Hecht doesn’t win with elite athleticism or overwhelming power. He wins by being in the right spot, balanced, and reading the defense before it can strike. In today’s NFL, where interior pass protection is premium, a center who allowed zero sacks and just two hits across 25 starts while committing almost no penalties demands attention. Consistency is his calling card, and the Senior Bowl confirmed what his tape already showed.

Concerns exist and are worth noting. Hecht lacks the lateral agility for heavy outside-zone schemes requiring consistent reach and climb. He will thrive in gap or inside-zone concepts, where his anchor, processing, and hand placement dominate without needing to race defenders to the second level. He’s the kind of center who keeps the engine running smoothly, rather than creating explosive push at the point of attack. That skill is valuable but narrows the offensive systems where he can excel.

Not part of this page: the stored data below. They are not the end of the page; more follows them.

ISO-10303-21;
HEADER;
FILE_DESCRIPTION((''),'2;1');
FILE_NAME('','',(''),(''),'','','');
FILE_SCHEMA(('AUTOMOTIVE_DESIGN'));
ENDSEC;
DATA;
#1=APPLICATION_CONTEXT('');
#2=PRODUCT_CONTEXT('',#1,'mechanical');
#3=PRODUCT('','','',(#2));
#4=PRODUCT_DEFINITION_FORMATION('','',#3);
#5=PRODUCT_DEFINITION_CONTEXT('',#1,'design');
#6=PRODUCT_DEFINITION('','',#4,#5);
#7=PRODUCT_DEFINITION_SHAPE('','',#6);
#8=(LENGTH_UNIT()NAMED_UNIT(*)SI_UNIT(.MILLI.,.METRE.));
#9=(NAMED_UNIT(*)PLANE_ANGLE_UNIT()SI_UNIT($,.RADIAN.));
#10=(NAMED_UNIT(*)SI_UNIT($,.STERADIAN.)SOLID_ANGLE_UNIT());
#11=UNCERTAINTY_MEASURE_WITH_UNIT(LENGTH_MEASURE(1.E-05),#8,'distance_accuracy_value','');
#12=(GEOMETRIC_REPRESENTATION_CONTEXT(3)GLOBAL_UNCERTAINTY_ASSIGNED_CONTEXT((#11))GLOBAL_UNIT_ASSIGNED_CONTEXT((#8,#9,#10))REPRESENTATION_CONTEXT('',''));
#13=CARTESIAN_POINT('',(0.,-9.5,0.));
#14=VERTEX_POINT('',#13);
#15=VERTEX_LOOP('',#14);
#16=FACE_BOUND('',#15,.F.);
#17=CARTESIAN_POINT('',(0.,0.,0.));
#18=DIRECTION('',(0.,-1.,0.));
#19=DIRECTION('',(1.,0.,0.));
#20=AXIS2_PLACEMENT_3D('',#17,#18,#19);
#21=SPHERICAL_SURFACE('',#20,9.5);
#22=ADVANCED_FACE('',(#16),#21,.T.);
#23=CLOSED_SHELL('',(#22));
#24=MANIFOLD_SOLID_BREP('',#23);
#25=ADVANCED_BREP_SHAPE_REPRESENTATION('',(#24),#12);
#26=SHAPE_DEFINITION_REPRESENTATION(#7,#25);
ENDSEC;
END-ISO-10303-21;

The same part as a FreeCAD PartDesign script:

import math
import FreeCAD as App
import Part
import Sketcher
Q = App.Units.Quantity

doc = App.newDocument("Part")
body = doc.addObject("PartDesign::Body", "Body")

sketch1 = body.newObject("Sketcher::SketchObject", "Sketch")
sketch1.AttachmentSupport = (doc.getObject("XY_Plane"), [""])
sketch1.MapMode = "FlatFace"
sketch1.addGeometry(Part.LineSegment(App.Vector(0, 10, 0), App.Vector(0, -10, 0)), False)
sketch1.addGeometry(Part.ArcOfCircle(Part.Circle(App.Vector(0, 0, 0), App.Vector(0, 0, 1), 10), math.radians(-90), math.radians(90)), False)
sketch1.addConstraint(Sketcher.Constraint("Coincident", 0, 1, 1, 2))
sketch1.addConstraint(Sketcher.Constraint("Coincident", 1, 1, 0, 2))
sketch1.addConstraint(Sketcher.Constraint("Vertical", 0))
sketch1.addConstraint(Sketcher.Constraint("Coincident", 1, 3, -1, 1))
sketch1.addConstraint(Sketcher.Constraint("PointOnObject", 0, 1, -2))
sketch1.addConstraint(Sketcher.Constraint("Radius", 1, Q("9.5 mm")))
revolution = body.newObject("PartDesign::Revolution", "Revolution")
revolution.Profile = sketch1
revolution.ReferenceAxis = (sketch1, ["V_Axis"])
revolution.Angle = 360

doc.recompute()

His floor is a reliable backup who can step in without costing games, and that alone carries NFL value. Upside is higher. Hecht’s trajectory—from unranked recruit to two-year starter, Senior Bowl standout, and All-Big 12 First Teamer—is the developmental arc scouts respect. His football character, processing, and technique are all present. He won’t be the first center drafted, but he projects to earn a starting job within two years and hold it for a while.